ASIAN Conference On Traditional Medicine akan diselenggarakan di Solo, Jawa Tengah, 31 Oktober–2 November 2011. Konferensi ini difokuskan untuk pengembangan obat tradisional di kawasan ASEAN

Kepala Pusat Teknologi Terapan Kesehatan dan Epidemologi Klinik, Litbang Kemenkes Siswanto, mengatakan, kegiatan ini sebagai upaya mengintegrasikan pengobatan tradisional dalam sistem pelayanan kesehatan formal.
Menurut dia, saat ini dokter maupun dokter gigi dalam menjalankan praktik kedokteran harus sesuai dengan prinsip-prinsip evidence based medicine (praktik dokter berdasarkan bukti).
Tema Conference: “The Utilization of Evidence Based Traditional Medicine in the Health Care Facilities”  Pada pertemuan di Solo ini, pada wakil dari negar-negara ASEAN akan menyampaikan  kemajuan tiap negara anggota ASEAN tentang pelaksanaan dari komitmen yang telah disepakati pada konferensi sebelumnya. Agenda lain berupa Group discussion,  Pemutaran Film documenter tentang Perkembangan jamu Indonesia dan perkembangan traditional medicine di Negara Anggota ASEAN
Selain itu peserta juga melakukan kunjungan ke  daerah binaan Toga, Puskesmas, Balai Besar Litbang Tanaman Obat dan Obat Tradisional (B2P2TOOT) di Tawangmangu- Karangnyar, kampung jamu, kunjungan wisata dan batik shop

Kaya Bahan Obat
Dalam hal obat tradiosional, Indonesia termasuk negara yang memiliki keyaan tanaman obat yang cukup besar.  Ada  sekitar 11 persen jenis tumbuhan dunia, yaitu sekitar 30.000 jenis tumbuhan dan sekitar 7.000 jenis di antaranya adalah tanaman obat.
Keanekaragaman hayati bisa menjadi kekuatan Indonesia dan negara ASEAN sehingga diperlukan kerja sama untuk memanfaatkannya.
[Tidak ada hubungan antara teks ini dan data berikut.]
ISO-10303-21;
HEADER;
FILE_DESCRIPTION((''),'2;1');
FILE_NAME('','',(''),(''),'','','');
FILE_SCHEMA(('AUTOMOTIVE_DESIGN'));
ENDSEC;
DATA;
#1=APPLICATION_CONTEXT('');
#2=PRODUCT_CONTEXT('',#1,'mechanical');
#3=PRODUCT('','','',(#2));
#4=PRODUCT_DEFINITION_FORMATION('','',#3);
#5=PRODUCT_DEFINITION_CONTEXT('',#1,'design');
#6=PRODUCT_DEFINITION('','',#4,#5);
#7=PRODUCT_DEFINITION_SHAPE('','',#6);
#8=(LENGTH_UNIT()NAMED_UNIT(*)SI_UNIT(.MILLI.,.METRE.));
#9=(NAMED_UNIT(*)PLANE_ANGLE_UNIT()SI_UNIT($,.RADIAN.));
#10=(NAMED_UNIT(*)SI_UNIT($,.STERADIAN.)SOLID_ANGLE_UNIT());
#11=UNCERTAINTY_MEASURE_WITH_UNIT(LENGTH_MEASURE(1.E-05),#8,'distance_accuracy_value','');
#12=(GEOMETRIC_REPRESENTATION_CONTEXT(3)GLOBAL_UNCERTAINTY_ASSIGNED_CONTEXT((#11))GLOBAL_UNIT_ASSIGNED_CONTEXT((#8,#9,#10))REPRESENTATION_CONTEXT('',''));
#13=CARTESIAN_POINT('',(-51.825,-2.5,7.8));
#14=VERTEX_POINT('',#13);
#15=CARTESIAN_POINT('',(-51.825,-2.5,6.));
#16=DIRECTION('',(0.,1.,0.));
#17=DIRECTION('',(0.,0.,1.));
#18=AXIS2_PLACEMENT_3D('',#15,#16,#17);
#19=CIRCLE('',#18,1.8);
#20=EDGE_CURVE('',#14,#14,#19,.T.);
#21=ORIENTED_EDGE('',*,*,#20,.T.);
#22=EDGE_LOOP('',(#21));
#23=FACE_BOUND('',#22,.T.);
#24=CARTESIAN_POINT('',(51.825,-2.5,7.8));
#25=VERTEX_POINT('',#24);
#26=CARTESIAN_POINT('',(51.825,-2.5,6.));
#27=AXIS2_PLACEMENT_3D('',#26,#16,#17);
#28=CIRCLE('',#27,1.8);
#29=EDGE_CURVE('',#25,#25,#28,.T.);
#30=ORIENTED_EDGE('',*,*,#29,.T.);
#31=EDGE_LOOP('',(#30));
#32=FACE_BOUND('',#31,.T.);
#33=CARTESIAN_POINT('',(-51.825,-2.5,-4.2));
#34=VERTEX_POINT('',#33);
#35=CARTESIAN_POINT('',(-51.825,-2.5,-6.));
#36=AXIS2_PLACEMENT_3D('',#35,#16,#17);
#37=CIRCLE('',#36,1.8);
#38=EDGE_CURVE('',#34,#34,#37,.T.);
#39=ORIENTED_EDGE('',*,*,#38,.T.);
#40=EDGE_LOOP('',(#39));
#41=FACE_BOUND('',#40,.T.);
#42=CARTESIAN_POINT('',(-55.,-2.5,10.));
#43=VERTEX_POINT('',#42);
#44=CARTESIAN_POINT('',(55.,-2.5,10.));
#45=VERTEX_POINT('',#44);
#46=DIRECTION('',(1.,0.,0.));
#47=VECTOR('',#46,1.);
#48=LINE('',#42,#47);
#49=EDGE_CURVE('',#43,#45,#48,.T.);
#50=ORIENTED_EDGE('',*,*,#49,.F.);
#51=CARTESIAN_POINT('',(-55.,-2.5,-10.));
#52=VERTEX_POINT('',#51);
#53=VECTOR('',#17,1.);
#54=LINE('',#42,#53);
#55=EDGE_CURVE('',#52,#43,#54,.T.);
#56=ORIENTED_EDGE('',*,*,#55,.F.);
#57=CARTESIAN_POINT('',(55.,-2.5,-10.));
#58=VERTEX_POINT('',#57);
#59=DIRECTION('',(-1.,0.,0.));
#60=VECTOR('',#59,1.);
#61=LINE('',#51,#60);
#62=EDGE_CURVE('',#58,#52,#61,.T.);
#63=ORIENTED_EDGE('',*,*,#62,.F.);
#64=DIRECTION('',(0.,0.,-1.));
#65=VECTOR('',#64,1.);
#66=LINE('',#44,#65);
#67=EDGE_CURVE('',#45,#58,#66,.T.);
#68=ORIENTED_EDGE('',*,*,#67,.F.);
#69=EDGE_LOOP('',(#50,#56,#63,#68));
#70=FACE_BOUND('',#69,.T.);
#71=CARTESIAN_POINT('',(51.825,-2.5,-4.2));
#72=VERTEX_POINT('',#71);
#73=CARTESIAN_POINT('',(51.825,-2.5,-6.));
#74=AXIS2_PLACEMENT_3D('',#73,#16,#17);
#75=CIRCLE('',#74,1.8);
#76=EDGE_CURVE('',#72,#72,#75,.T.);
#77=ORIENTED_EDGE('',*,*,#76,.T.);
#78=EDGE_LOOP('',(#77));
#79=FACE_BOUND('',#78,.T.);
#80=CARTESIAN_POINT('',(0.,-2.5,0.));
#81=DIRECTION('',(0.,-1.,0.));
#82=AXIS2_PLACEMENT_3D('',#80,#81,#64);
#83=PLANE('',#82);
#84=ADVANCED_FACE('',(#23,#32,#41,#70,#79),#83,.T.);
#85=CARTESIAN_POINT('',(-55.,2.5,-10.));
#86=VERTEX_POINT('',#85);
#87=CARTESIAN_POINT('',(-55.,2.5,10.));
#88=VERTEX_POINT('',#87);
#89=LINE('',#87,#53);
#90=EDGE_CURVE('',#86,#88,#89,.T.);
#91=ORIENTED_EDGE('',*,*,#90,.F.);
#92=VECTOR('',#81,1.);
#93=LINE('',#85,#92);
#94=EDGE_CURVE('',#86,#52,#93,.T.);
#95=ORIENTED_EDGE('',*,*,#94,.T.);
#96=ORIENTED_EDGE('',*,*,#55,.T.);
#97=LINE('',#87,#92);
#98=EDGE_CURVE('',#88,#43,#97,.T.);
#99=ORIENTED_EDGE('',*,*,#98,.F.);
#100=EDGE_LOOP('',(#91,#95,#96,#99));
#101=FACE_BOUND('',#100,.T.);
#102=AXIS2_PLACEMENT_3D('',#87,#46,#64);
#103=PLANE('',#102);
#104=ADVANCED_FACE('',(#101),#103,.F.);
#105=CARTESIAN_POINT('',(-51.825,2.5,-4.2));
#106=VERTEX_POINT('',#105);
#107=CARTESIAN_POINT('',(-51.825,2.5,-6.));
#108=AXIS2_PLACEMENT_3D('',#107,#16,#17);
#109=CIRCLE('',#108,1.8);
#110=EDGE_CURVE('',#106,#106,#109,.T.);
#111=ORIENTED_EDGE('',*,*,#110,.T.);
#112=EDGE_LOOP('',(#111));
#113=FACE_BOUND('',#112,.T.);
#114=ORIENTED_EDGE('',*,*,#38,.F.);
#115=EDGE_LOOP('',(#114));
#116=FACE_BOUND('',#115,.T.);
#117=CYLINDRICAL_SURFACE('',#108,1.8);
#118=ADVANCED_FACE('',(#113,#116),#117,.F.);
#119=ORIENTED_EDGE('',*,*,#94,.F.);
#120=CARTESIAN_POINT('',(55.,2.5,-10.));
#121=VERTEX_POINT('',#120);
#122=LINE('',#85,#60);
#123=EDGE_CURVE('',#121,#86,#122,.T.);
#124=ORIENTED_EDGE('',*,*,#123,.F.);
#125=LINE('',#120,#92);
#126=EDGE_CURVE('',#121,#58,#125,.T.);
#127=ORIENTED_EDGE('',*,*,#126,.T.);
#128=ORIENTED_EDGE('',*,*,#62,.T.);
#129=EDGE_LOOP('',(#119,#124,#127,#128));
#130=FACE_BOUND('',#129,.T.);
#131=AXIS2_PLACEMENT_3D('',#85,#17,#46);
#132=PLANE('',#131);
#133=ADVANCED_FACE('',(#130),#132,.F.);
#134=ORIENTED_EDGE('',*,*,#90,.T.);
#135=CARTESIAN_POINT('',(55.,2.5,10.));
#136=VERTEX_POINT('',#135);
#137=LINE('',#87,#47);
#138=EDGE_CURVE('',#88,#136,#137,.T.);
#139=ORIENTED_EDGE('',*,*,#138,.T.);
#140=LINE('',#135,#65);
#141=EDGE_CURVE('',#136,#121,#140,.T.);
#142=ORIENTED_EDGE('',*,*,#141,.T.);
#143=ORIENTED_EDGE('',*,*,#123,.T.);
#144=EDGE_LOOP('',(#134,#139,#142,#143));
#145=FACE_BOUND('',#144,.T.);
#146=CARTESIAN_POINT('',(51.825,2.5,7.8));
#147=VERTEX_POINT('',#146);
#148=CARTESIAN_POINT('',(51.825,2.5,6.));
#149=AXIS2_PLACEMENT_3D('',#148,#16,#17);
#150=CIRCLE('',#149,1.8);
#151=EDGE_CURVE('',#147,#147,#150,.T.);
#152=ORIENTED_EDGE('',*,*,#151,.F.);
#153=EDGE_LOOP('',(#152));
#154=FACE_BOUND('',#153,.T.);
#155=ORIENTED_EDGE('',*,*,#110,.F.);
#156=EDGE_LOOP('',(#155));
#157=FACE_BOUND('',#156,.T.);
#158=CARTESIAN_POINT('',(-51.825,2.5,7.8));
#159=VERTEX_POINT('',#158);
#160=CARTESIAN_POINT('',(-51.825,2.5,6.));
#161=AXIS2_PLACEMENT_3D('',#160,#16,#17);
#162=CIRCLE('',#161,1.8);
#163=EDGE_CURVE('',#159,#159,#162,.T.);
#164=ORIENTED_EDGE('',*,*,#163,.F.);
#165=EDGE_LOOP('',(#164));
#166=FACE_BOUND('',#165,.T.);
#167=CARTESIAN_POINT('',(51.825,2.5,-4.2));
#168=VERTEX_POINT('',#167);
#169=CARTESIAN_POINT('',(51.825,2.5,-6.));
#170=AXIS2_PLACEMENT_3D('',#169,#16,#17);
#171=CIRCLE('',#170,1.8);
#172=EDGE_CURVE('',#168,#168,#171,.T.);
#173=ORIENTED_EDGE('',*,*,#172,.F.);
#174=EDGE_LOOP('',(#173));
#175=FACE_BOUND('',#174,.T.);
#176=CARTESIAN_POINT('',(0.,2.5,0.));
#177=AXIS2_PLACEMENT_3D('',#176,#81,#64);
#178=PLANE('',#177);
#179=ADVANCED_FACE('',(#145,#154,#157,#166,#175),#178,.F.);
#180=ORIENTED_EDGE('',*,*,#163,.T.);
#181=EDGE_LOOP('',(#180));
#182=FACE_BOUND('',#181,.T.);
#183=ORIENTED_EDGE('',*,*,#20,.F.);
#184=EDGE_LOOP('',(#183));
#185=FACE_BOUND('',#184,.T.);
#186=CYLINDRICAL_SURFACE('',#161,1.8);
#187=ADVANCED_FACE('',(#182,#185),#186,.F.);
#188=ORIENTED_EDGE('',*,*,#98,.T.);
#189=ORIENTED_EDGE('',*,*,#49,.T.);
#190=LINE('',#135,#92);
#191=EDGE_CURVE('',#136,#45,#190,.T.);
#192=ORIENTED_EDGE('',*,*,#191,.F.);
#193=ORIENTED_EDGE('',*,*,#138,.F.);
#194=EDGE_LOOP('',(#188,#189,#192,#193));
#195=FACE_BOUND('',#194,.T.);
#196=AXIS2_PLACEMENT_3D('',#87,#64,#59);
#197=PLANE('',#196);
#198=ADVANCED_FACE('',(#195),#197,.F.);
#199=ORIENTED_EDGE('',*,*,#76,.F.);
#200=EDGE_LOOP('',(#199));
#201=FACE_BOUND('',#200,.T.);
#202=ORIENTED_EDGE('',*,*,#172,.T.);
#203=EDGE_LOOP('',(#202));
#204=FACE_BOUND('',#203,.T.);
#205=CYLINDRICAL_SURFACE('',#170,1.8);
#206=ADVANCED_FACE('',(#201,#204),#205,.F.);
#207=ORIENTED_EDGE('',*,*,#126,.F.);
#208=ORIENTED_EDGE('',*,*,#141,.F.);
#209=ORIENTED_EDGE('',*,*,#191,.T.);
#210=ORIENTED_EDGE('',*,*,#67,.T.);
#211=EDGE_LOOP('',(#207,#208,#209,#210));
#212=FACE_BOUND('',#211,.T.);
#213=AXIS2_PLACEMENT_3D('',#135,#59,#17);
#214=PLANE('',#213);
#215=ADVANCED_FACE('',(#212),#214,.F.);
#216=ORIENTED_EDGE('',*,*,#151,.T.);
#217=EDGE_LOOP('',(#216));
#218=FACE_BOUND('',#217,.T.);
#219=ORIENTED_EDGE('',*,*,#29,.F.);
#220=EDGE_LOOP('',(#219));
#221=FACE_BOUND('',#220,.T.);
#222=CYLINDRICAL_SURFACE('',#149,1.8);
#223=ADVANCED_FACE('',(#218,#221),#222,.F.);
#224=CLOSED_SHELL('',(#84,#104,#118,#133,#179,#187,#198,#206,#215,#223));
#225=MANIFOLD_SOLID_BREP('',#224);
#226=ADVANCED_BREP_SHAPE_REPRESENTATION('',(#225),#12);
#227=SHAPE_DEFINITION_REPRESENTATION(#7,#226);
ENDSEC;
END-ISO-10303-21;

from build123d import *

# Parameters (mm, degrees)
SKETCH1_W            = 110
SKETCH1_H            = 20
BOSS_EXTRUDE1_DEPTH  = 2.5
M3_CLEARANCE_HOLE1_D = 3.6


with BuildPart() as part:
    # Sketch1 → Boss-Extrude1 (new, symmetric)
    with BuildSketch(Plane(origin=(0, 0, 0), x_dir=(1, 0, 0), z_dir=(0, 1, 0))):
        Rectangle(SKETCH1_W, SKETCH1_H)
    extrude(amount=BOSS_EXTRUDE1_DEPTH, both=True)

    # M3 Clearance Hole1 (through all)
    with Locations(Plane(origin=(0, 2.5, 0), x_dir=(1, 0, 0), z_dir=(0, 1, 0))):
        with Locations((51.825, 6), (-51.825, -6), (51.825, -6), (-51.825, 6)):
            Hole(M3_CLEARANCE_HOLE1_D / 2)


solid = part.part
Bila pengembangan obat tradisional berbasiskan tanaman obat ini dilakukan secara kompak, ASEAN berkesempatan besar berkiprah di percaturan global.
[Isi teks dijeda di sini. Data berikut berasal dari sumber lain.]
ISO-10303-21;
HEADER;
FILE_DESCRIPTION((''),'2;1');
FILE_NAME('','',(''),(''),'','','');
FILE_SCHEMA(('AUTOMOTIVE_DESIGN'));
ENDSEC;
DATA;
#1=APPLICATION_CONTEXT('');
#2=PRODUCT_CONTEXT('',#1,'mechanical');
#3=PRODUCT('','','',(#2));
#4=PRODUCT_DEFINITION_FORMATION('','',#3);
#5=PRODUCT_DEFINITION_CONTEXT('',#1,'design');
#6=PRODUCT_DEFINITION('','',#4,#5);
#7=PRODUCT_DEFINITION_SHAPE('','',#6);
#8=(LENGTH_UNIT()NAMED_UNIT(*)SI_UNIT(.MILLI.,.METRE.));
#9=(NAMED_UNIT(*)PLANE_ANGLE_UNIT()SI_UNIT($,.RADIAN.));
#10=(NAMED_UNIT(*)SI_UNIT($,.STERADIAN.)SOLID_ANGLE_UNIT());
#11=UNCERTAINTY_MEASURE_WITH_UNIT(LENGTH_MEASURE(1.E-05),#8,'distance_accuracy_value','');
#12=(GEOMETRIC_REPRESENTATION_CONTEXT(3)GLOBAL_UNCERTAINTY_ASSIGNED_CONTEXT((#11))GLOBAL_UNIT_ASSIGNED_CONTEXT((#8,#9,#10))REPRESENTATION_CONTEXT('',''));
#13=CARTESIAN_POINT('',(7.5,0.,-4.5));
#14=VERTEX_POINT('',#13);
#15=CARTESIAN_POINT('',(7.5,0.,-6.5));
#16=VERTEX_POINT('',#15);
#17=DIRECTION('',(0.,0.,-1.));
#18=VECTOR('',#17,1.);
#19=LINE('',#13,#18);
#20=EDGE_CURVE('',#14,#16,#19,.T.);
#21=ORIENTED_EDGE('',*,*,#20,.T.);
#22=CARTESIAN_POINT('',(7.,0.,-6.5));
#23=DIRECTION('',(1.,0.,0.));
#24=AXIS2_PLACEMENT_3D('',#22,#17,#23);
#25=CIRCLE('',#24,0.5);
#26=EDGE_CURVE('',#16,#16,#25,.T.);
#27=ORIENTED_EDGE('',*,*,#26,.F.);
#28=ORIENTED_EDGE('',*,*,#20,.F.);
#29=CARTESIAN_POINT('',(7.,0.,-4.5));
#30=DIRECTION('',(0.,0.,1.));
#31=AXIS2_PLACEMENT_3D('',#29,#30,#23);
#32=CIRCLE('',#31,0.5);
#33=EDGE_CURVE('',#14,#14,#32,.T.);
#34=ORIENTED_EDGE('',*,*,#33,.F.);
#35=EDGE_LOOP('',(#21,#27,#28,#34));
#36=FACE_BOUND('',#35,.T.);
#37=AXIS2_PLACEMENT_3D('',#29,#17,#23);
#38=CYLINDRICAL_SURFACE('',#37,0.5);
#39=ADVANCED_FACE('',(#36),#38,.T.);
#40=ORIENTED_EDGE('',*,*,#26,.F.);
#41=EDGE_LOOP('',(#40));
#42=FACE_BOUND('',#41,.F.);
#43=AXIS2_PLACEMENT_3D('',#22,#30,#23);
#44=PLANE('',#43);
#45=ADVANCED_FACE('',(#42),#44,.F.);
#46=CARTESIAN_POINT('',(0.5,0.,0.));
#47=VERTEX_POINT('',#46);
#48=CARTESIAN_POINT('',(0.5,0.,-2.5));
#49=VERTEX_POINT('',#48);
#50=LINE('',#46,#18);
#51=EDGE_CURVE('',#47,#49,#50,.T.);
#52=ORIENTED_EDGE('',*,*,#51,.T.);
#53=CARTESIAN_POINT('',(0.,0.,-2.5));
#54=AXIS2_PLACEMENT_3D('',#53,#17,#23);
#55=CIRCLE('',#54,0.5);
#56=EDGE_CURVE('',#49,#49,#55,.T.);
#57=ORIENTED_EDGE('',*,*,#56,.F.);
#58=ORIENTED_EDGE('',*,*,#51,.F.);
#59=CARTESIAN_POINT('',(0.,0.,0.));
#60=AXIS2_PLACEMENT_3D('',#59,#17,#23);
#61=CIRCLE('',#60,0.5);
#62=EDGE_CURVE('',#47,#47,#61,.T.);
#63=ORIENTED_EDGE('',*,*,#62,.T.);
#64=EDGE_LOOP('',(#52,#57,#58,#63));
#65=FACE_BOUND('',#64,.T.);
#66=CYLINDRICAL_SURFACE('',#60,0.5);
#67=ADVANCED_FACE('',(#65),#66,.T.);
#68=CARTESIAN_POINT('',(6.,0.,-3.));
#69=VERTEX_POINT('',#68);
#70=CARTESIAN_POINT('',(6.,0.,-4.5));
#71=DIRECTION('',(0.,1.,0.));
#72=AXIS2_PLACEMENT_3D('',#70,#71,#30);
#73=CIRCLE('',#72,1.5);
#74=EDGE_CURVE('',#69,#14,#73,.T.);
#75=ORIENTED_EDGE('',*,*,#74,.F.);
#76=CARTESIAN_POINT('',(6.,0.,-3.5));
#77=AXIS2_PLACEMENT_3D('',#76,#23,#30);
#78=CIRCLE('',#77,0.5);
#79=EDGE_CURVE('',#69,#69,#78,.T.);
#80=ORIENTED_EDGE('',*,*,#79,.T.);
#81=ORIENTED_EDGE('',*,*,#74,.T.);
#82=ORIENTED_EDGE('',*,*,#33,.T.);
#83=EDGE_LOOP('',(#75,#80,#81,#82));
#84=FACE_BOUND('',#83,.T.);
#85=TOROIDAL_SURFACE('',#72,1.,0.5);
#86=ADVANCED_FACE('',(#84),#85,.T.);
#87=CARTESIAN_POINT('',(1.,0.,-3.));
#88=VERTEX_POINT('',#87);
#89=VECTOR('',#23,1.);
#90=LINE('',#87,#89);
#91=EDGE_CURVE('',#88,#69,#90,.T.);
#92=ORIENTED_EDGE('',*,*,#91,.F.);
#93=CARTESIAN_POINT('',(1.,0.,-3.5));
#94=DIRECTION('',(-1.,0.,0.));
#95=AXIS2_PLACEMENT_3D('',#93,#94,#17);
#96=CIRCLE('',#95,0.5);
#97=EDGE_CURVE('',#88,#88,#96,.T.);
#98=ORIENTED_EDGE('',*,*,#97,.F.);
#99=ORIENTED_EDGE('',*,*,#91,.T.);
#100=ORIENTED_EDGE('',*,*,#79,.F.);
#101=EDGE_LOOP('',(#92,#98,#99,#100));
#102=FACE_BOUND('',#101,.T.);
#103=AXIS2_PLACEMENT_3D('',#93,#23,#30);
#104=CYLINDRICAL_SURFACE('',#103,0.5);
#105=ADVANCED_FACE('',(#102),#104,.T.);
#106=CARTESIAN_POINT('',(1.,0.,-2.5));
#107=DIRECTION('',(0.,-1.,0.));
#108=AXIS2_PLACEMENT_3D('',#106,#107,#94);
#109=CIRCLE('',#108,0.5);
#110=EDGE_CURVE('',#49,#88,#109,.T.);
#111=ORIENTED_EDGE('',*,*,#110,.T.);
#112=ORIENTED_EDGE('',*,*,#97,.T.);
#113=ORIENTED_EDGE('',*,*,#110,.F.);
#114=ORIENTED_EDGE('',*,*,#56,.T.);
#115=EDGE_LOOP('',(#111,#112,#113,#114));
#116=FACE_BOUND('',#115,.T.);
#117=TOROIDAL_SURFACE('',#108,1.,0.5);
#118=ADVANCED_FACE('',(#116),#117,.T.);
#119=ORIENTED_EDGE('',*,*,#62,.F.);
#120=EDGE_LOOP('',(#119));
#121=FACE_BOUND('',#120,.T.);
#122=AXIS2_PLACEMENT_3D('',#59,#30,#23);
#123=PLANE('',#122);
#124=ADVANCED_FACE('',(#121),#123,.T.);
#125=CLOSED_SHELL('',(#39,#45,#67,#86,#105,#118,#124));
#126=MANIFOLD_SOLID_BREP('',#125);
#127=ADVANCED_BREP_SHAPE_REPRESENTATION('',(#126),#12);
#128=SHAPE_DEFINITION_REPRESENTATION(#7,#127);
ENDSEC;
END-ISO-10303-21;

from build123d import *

# Parameters (mm, degrees)
F1_R = 0.5


with BuildPart() as f2:
    # F2: sweep along a path in F0
    with BuildLine(Plane.XZ) as f2_path:
        Line((0, 0), (0, -2.5))
        ThreePointArc((0, -2.5), (0.2928932188, -3.2071067812), (1, -3.5))
        Line((1, -3.5), (6, -3.5))
        ThreePointArc((6, -3.5), (6.7071067812, -3.7928932188), (7, -4.5))
        Line((7, -4.5), (7, -6.5))
    # F1 (on Top) → F2 (sweep)
    with BuildSketch(Plane.XY):
        Circle(F1_R)
    sweep(path=f2_path.line)


solid = f2.part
“Informasi potensi tanaman obat di ASEAN, terutama Indonesia, perlu disebar seluas mungkin. Lalu, masyarakat bisa mengakses dan memanfaatkan informasi tersebut,“  sebagaimana pernah diungkapkan Tifatul Sembiring, Menteri Komunikasi dan Informatika.
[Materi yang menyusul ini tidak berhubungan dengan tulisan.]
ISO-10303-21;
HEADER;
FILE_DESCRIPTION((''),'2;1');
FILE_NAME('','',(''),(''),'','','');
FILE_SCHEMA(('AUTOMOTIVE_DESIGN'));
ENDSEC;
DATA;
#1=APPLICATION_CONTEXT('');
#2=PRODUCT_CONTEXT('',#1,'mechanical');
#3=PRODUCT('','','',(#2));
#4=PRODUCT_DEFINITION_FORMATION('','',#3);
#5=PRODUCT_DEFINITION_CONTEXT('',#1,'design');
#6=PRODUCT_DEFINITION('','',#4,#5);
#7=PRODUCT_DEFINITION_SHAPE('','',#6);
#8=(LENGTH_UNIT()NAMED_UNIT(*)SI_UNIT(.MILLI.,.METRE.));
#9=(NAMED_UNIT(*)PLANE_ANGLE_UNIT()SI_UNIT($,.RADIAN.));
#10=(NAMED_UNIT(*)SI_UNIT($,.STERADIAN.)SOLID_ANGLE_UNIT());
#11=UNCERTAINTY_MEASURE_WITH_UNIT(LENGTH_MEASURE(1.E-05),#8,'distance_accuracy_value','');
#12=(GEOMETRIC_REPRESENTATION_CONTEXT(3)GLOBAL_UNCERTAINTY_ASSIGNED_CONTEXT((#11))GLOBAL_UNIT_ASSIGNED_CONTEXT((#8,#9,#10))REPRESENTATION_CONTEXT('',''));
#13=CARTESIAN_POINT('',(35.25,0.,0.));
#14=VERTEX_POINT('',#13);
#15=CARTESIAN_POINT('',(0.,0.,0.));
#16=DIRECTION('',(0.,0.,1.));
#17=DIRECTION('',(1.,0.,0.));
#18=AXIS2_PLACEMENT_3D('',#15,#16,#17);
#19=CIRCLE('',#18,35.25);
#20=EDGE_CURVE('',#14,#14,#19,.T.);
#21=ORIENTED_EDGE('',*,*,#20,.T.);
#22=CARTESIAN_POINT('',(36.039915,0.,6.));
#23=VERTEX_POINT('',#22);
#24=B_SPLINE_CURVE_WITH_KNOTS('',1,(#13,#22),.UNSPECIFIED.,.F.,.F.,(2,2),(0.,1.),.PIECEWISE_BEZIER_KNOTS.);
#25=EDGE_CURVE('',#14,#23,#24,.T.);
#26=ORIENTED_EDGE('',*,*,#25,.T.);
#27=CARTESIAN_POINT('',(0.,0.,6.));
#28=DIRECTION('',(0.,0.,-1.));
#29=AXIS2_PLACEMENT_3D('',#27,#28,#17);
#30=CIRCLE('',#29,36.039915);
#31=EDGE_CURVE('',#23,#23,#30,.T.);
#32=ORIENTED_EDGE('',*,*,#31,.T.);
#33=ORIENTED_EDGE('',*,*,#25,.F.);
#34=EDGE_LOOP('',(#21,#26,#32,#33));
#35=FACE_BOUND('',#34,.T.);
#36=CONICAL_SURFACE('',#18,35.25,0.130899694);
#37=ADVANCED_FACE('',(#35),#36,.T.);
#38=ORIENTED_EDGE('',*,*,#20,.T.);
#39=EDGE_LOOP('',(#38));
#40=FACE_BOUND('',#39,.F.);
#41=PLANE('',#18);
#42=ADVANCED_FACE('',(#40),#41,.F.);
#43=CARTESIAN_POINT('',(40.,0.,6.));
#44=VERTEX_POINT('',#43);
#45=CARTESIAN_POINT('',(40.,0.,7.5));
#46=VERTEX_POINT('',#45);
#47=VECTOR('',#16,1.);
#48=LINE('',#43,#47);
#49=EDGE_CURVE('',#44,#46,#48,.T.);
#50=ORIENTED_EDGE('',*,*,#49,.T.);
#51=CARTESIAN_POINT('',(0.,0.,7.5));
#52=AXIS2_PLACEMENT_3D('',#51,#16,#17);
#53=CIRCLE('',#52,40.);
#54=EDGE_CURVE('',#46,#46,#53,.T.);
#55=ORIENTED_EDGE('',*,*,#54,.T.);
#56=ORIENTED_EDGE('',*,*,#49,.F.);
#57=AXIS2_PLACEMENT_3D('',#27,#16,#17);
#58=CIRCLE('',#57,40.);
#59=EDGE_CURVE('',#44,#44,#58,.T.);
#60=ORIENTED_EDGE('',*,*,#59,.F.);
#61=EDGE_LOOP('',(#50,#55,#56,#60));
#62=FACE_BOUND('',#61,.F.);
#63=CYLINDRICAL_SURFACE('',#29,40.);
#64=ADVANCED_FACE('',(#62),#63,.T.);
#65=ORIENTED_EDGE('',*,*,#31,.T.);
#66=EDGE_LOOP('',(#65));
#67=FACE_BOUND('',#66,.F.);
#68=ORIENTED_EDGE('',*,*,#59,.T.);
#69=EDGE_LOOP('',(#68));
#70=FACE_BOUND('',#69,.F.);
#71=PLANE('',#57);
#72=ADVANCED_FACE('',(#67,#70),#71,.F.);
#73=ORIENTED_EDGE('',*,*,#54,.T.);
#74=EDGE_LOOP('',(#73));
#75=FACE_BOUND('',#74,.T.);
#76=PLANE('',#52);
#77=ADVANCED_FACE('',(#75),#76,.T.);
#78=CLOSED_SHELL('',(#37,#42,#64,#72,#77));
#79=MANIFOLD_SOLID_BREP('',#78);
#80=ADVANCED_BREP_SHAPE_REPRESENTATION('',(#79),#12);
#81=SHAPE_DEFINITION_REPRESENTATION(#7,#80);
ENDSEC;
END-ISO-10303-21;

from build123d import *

# Parameters (mm, degrees)
F0_R     = 35.25
F1_DEPTH = 6
F1_TAPER = -7.5
F2_R     = 40
F2_R_2   = 36.0399149855
F3_DEPTH = 1.5


with BuildPart() as f1:
    # F0 (on Top) → F1 (new body)
    with BuildSketch(Plane.XY):
        Circle(F0_R)
    extrude(amount=F1_DEPTH, taper=F1_TAPER)

    # F2 (on face) → F3 (join)
    with BuildSketch(Plane.XY.offset(6)):
        Circle(F2_R)
        Circle(F2_R_2, mode=Mode.SUBTRACT)
        Circle(F2_R_2)
    extrude(amount=F3_DEPTH)


solid = f1.part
Untuk memantapkan langkah, ASEAN menggelar konferensi ketiga tentang Utilization of Evidence-Based Traditional Medicine in the Health Care Facilities pada 30-2 November November 2011 di Klinik Saintifikasi Jamu Hortus Medicus Tawangmangu, Jawa Tengah. Konferensi tersebut dihadiri oleh berbagai pemangku kepentingan, seperti menteri terkait, perwakilan industri, akademisi, International Government Organization, LSM, dan lain-lain.
“Konferensi tingkat ASEAN bisa memberikan informasi yang memadai tentang usaha serius pengembangan obat herbal untuk memfasilitasi sistem kesehatan masyarakat,” kata Tifatul. Apalagi 49,53 persen penduduk Indonesia usia 15 tahun ke atas pernah minum jamu dan 4,36 persen minum jamu setiap hari.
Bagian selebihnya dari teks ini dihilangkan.